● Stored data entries
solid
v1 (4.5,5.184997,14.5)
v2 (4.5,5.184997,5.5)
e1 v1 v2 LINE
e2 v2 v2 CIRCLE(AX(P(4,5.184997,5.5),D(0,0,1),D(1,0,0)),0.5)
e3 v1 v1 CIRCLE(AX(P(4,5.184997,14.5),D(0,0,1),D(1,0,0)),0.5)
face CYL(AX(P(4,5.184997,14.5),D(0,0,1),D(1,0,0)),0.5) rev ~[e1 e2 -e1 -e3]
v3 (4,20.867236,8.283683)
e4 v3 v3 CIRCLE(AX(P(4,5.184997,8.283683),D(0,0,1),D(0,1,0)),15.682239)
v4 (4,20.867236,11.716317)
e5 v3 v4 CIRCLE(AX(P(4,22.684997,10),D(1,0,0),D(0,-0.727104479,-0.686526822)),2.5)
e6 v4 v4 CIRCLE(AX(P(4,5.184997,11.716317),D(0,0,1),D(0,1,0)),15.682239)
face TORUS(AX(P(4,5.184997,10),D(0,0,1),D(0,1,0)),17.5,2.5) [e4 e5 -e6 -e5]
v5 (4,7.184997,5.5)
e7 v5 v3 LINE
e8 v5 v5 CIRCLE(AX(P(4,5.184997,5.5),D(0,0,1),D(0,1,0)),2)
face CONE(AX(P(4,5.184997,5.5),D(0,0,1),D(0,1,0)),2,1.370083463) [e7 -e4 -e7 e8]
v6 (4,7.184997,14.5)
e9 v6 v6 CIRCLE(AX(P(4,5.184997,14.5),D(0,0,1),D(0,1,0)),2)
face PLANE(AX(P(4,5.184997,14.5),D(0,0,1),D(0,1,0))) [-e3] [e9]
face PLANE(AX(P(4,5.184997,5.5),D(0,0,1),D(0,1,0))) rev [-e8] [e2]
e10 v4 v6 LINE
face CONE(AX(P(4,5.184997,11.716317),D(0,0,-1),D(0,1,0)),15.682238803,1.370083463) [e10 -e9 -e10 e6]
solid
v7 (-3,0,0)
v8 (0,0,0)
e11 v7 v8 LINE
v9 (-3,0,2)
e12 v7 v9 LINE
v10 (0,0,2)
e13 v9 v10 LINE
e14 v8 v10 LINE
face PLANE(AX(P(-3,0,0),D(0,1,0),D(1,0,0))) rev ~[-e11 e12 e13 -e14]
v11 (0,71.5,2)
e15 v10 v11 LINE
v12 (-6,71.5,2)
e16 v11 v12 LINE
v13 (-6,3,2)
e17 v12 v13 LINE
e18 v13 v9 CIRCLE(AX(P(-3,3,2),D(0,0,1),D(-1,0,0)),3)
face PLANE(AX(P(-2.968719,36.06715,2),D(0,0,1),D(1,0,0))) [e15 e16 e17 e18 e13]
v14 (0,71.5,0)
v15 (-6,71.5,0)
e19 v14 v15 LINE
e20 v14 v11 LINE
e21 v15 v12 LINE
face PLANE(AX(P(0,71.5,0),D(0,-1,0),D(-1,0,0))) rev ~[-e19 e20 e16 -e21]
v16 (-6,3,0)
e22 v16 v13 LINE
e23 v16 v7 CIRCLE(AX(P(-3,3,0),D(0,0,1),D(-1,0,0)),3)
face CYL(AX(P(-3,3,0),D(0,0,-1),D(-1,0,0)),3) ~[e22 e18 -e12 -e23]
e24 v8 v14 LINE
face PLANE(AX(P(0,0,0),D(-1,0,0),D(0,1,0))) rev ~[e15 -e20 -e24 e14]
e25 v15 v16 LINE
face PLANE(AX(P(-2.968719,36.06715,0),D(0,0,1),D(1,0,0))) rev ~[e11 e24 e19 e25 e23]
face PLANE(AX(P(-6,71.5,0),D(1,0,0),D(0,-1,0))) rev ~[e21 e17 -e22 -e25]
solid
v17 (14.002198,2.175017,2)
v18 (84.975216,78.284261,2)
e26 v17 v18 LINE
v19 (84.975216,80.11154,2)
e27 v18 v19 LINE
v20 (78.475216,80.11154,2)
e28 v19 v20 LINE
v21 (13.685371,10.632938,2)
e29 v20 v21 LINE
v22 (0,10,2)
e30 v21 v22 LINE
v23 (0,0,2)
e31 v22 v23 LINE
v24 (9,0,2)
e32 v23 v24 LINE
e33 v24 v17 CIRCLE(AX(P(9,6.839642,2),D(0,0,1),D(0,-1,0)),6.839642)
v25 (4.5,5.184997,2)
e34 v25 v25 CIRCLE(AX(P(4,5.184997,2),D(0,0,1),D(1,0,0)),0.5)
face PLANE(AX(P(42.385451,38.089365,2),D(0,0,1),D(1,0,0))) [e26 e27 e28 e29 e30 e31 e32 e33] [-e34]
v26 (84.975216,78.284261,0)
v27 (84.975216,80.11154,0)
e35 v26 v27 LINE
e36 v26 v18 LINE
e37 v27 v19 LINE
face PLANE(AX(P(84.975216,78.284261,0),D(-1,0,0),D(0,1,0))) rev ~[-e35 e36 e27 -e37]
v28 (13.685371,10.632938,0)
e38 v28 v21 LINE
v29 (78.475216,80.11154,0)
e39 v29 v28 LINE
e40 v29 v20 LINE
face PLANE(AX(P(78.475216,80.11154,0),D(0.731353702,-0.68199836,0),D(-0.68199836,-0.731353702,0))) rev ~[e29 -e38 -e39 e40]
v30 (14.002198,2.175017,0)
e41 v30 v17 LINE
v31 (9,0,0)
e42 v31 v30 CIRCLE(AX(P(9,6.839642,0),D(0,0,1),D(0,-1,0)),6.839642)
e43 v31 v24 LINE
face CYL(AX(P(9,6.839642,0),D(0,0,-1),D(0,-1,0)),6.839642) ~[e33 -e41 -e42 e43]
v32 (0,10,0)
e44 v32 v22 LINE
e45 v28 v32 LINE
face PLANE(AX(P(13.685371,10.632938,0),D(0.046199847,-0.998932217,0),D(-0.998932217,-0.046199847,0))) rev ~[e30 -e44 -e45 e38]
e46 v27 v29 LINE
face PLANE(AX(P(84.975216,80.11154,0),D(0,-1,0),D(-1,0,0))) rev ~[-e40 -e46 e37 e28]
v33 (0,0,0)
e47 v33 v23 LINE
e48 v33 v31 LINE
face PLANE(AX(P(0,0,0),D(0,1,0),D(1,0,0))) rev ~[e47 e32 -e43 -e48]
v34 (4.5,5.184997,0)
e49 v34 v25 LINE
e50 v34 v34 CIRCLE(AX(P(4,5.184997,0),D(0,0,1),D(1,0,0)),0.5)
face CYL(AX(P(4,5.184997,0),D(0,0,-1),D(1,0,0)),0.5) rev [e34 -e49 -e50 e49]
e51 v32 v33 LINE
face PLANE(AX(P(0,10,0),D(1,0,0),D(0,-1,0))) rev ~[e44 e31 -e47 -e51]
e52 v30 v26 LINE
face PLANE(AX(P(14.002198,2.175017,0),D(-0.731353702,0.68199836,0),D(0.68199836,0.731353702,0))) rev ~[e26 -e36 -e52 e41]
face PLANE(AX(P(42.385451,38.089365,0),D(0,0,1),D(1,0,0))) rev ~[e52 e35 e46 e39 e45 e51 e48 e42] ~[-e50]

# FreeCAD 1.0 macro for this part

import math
import FreeCAD as App
import Part
import Sketcher
Q = App.Units.Quantity

doc = App.newDocument("Part")
body = doc.addObject("PartDesign::Body", "Body")

sketch1 = doc.addObject("Sketcher::SketchObject", "Sketch")
body.addObject(sketch1)
sketch1.AttachmentSupport = (doc.XY_Plane, [""])
sketch1.MapMode = "FlatFace"
sketch1.addGeometry([
    Part.LineSegment(App.Vector(0, 10, 0), App.Vector(0, 0, 0)),
    Part.LineSegment(App.Vector(0, 0, 0), App.Vector(9, 0, 0)),
    Part.ArcOfCircle(Part.Circle(App.Vector(9, 6.8, 0), App.Vector(0, 0, 1), 6.8), math.radians(-90), math.radians(-43)),
    Part.LineSegment(App.Vector(14, 2.2, 0), App.Vector(85, 78.3, 0)),
    Part.LineSegment(App.Vector(85, 78.3, 0), App.Vector(85, 80.1, 0)),
    Part.LineSegment(App.Vector(85, 80.1, 0), App.Vector(78.5, 80.1, 0)),
    Part.LineSegment(App.Vector(78.5, 80.1, 0), App.Vector(13.7, 10.6, 0)),
    Part.LineSegment(App.Vector(13.7, 10.6, 0), App.Vector(0, 10, 0)),
    Part.Circle(App.Vector(4, 5.2, 0), App.Vector(0, 0, 1), 0.5),
], False)
sketch1.addConstraint([
    Sketcher.Constraint("Coincident", 0, 2, 1, 1),
    Sketcher.Constraint("Tangent", 1, 2, 2, 1),
    Sketcher.Constraint("Tangent", 2, 2, 3, 1),
    Sketcher.Constraint("Coincident", 3, 2, 4, 1),
    Sketcher.Constraint("Coincident", 4, 2, 5, 1),
    Sketcher.Constraint("Coincident", 5, 2, 6, 1),
    Sketcher.Constraint("Coincident", 6, 2, 7, 1),
    Sketcher.Constraint("Coincident", 7, 2, 0, 1),
    Sketcher.Constraint("Vertical", 0),
    Sketcher.Constraint("Horizontal", 1),
    Sketcher.Constraint("Vertical", 4),
    Sketcher.Constraint("Horizontal", 5),
    Sketcher.Constraint("Coincident", 0, 2, -1, 1),
    Sketcher.Constraint("Parallel", 3, 6),
    Sketcher.Constraint("Diameter", 8, 1.0),
    Sketcher.Constraint("DistanceX", 1, 1, 1, 2, 9.0),
    Sketcher.Constraint("DistanceY", 0, 2, 0, 1, 10.0),
    Sketcher.Constraint("Angle", 3, Q("47 deg")),
    Sketcher.Constraint("Distance", 6, 95.0),
    Sketcher.Constraint("DistanceX", 5, 2, 5, 1, 6.5),
    Sketcher.Constraint("DistanceX", -1, 1, 8, 3, 4.0),
    Sketcher.Constraint("Distance", 7, 13.7),
    Sketcher.Constraint("Radius", 2, 6.839642),
    Sketcher.Constraint("DistanceY", 4, 1, 4, 2, 1.827278),
    Sketcher.Constraint("DistanceY", 2, 2, 8, 3, 3.009979),
])
pad1 = doc.addObject("PartDesign::Pad", "Pad")
body.addObject(pad1)
pad1.Profile = sketch1
pad1.Length = 2
body2 = doc.addObject("PartDesign::Body", "Body001")

sketch2 = doc.addObject("Sketcher::SketchObject", "Sketch001")
body2.addObject(sketch2)
sketch2.AttachmentSupport = (doc.getObject("XY_Plane001"), [""])
sketch2.MapMode = "FlatFace"
sketch2.addGeometry([
    Part.LineSegment(App.Vector(-3, 0, 0), App.Vector(0, 0, 0)),
    Part.LineSegment(App.Vector(0, 0, 0), App.Vector(0, 71.5, 0)),
    Part.LineSegment(App.Vector(0, 71.5, 0), App.Vector(-6, 71.5, 0)),
    Part.LineSegment(App.Vector(-6, 71.5, 0), App.Vector(-6, 3, 0)),
    Part.ArcOfCircle(Part.Circle(App.Vector(-3, 3, 0), App.Vector(0, 0, 1), 3), math.radians(180), math.radians(270)),
], False)
sketch2.addConstraint([
    Sketcher.Constraint("Coincident", 0, 2, 1, 1),
    Sketcher.Constraint("Coincident", 1, 2, 2, 1),
    Sketcher.Constraint("Coincident", 2, 2, 3, 1),
    Sketcher.Constraint("Tangent", 3, 2, 4, 1),
    Sketcher.Constraint("Tangent", 4, 2, 0, 1),
    Sketcher.Constraint("Horizontal", 0),
    Sketcher.Constraint("Vertical", 1),
    Sketcher.Constraint("Horizontal", 2),
    Sketcher.Constraint("Vertical", 3),
    Sketcher.Constraint("Coincident", 0, 2, -1, 1),
    Sketcher.Constraint("Radius", 4, 3.0),
    Sketcher.Constraint("DistanceX", 0, 1, 0, 2, 3.0),
    Sketcher.Constraint("DistanceY", 1, 1, 1, 2, 71.5),
])
pad2 = doc.addObject("PartDesign::Pad", "Pad001")
body2.addObject(pad2)
pad2.Profile = sketch2
pad2.Length = 2
body3 = doc.addObject("PartDesign::Body", "Body002")

sketch3 = doc.addObject("Sketcher::SketchObject", "Sketch002")
body3.addObject(sketch3)
sketch3.AttachmentSupport = (doc.getObject("YZ_Plane002"), [""])
sketch3.MapMode = "FlatFace"
sketch3.AttachmentOffset = App.Placement(App.Vector(0, 0, 4), App.Rotation())
sketch3.addGeometry([
    Part.LineSegment(App.Vector(7.2, 5.5, 0), App.Vector(20.9, 8.3, 0)),
    Part.ArcOfCircle(Part.Circle(App.Vector(22.7, 10, 0), App.Vector(0, 0, 1), 2.5), math.radians(-137), math.radians(137)),
    Part.LineSegment(App.Vector(20.9, 11.7, 0), App.Vector(7.2, 14.5, 0)),
    Part.LineSegment(App.Vector(7.2, 14.5, 0), App.Vector(5.2, 14.5, 0)),
    Part.LineSegment(App.Vector(5.2, 14.5, 0), App.Vector(5.2, 5.5, 0)),
    Part.LineSegment(App.Vector(5.2, 5.5, 0), App.Vector(7.2, 5.5, 0)),
], False)
sketch3.addGeometry(Part.LineSegment(App.Vector(5.2, 5.5, 0), App.Vector(5.2, 14.5, 0)), True)
sketch3.addConstraint([
    Sketcher.Constraint("Coincident", 0, 2, 1, 1),
    Sketcher.Constraint("Coincident", 1, 2, 2, 1),
    Sketcher.Constraint("Coincident", 2, 2, 3, 1),
    Sketcher.Constraint("Coincident", 3, 2, 4, 1),
    Sketcher.Constraint("Coincident", 4, 2, 5, 1),
    Sketcher.Constraint("Coincident", 5, 2, 0, 1),
    Sketcher.Constraint("Horizontal", 3),
    Sketcher.Constraint("Vertical", 4),
    Sketcher.Constraint("Horizontal", 5),
    Sketcher.Constraint("Vertical", 6),
    Sketcher.Constraint("Coincident", 6, 1, 4, 2),
    Sketcher.Constraint("Horizontal", 2, 2, 6, 2),
    Sketcher.Constraint("Vertical", 0, 2, 1, 2),
    Sketcher.Constraint("Vertical", 2, 2, 5, 2),
    Sketcher.Constraint("Equal", 0, 2),
    Sketcher.Constraint("Radius", 1, 2.5),
    Sketcher.Constraint("DistanceX", 3, 2, 3, 1, 2.0),
    Sketcher.Constraint("DistanceY", 4, 2, 4, 1, 9.0),
    Sketcher.Constraint("DistanceY", -1, 1, 1, 3, 10.0),
    Sketcher.Constraint("Angle", 0, Q("11.5 deg")),
    Sketcher.Constraint("DistanceX", 2, 2, 1, 3, 15.5),
    Sketcher.Constraint("DistanceX", -1, 1, 1, 3, 22.684997),
])
revolution = doc.addObject("PartDesign::Revolution", "Revolution")
body3.addObject(revolution)
revolution.Profile = sketch3
revolution.ReferenceAxis = (sketch3, ["Axis0"])
revolution.Angle = 360

sketch4 = doc.addObject("Sketcher::SketchObject", "Sketch003")
body3.addObject(sketch4)
sketch4.AttachmentSupport = (doc.getObject("XY_Plane002"), [""])
sketch4.MapMode = "FlatFace"
sketch4.AttachmentOffset = App.Placement(App.Vector(0, 0, 14.5), App.Rotation())
sketch4.addGeometry(Part.Circle(App.Vector(4, 5.2, 0), App.Vector(0, 0, 1), 0.5), False)
sketch4.addConstraint([
    Sketcher.Constraint("Diameter", 0, 1.0),
    Sketcher.Constraint("DistanceX", -1, 1, 0, 3, 4.0),
    Sketcher.Constraint("DistanceY", -1, 1, 0, 3, 5.184997),
])
pocket1 = doc.addObject("PartDesign::Pocket", "Pocket")
body3.addObject(pocket1)
pocket1.Profile = sketch4
pocket1.Length = 25

doc.recompute()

● WORK TO COMPLETE
Write out exactly the lines above between the line with "v5 (4,7.184997,5.5)" and the line with "e34 v25 v25", inclusive, and nothing beyond them.

● EXPECTED OUTPUT
v5 (4,7.184997,5.5)
e7 v5 v3 LINE
e8 v5 v5 CIRCLE(AX(P(4,5.184997,5.5),D(0,0,1),D(0,1,0)),2)
face CONE(AX(P(4,5.184997,5.5),D(0,0,1),D(0,1,0)),2,1.370083463) [e7 -e4 -e7 e8]
v6 (4,7.184997,14.5)
e9 v6 v6 CIRCLE(AX(P(4,5.184997,14.5),D(0,0,1),D(0,1,0)),2)
face PLANE(AX(P(4,5.184997,14.5),D(0,0,1),D(0,1,0))) [-e3] [e9]
face PLANE(AX(P(4,5.184997,5.5),D(0,0,1),D(0,1,0))) rev [-e8] [e2]
e10 v4 v6 LINE
face CONE(AX(P(4,5.184997,11.716317),D(0,0,-1),D(0,1,0)),15.682238803,1.370083463) [e10 -e9 -e10 e6]
solid
v7 (-3,0,0)
v8 (0,0,0)
e11 v7 v8 LINE
v9 (-3,0,2)
e12 v7 v9 LINE
v10 (0,0,2)
e13 v9 v10 LINE
e14 v8 v10 LINE
face PLANE(AX(P(-3,0,0),D(0,1,0),D(1,0,0))) rev ~[-e11 e12 e13 -e14]
v11 (0,71.5,2)
e15 v10 v11 LINE
v12 (-6,71.5,2)
e16 v11 v12 LINE
v13 (-6,3,2)
e17 v12 v13 LINE
e18 v13 v9 CIRCLE(AX(P(-3,3,2),D(0,0,1),D(-1,0,0)),3)
face PLANE(AX(P(-2.968719,36.06715,2),D(0,0,1),D(1,0,0))) [e15 e16 e17 e18 e13]
v14 (0,71.5,0)
v15 (-6,71.5,0)
e19 v14 v15 LINE
e20 v14 v11 LINE
e21 v15 v12 LINE
face PLANE(AX(P(0,71.5,0),D(0,-1,0),D(-1,0,0))) rev ~[-e19 e20 e16 -e21]
v16 (-6,3,0)
e22 v16 v13 LINE
e23 v16 v7 CIRCLE(AX(P(-3,3,0),D(0,0,1),D(-1,0,0)),3)
face CYL(AX(P(-3,3,0),D(0,0,-1),D(-1,0,0)),3) ~[e22 e18 -e12 -e23]
e24 v8 v14 LINE
face PLANE(AX(P(0,0,0),D(-1,0,0),D(0,1,0))) rev ~[e15 -e20 -e24 e14]
e25 v15 v16 LINE
face PLANE(AX(P(-2.968719,36.06715,0),D(0,0,1),D(1,0,0))) rev ~[e11 e24 e19 e25 e23]
face PLANE(AX(P(-6,71.5,0),D(1,0,0),D(0,-1,0))) rev ~[e21 e17 -e22 -e25]
solid
v17 (14.002198,2.175017,2)
v18 (84.975216,78.284261,2)
e26 v17 v18 LINE
v19 (84.975216,80.11154,2)
e27 v18 v19 LINE
v20 (78.475216,80.11154,2)
e28 v19 v20 LINE
v21 (13.685371,10.632938,2)
e29 v20 v21 LINE
v22 (0,10,2)
e30 v21 v22 LINE
v23 (0,0,2)
e31 v22 v23 LINE
v24 (9,0,2)
e32 v23 v24 LINE
e33 v24 v17 CIRCLE(AX(P(9,6.839642,2),D(0,0,1),D(0,-1,0)),6.839642)
v25 (4.5,5.184997,2)
e34 v25 v25 CIRCLE(AX(P(4,5.184997,2),D(0,0,1),D(1,0,0)),0.5)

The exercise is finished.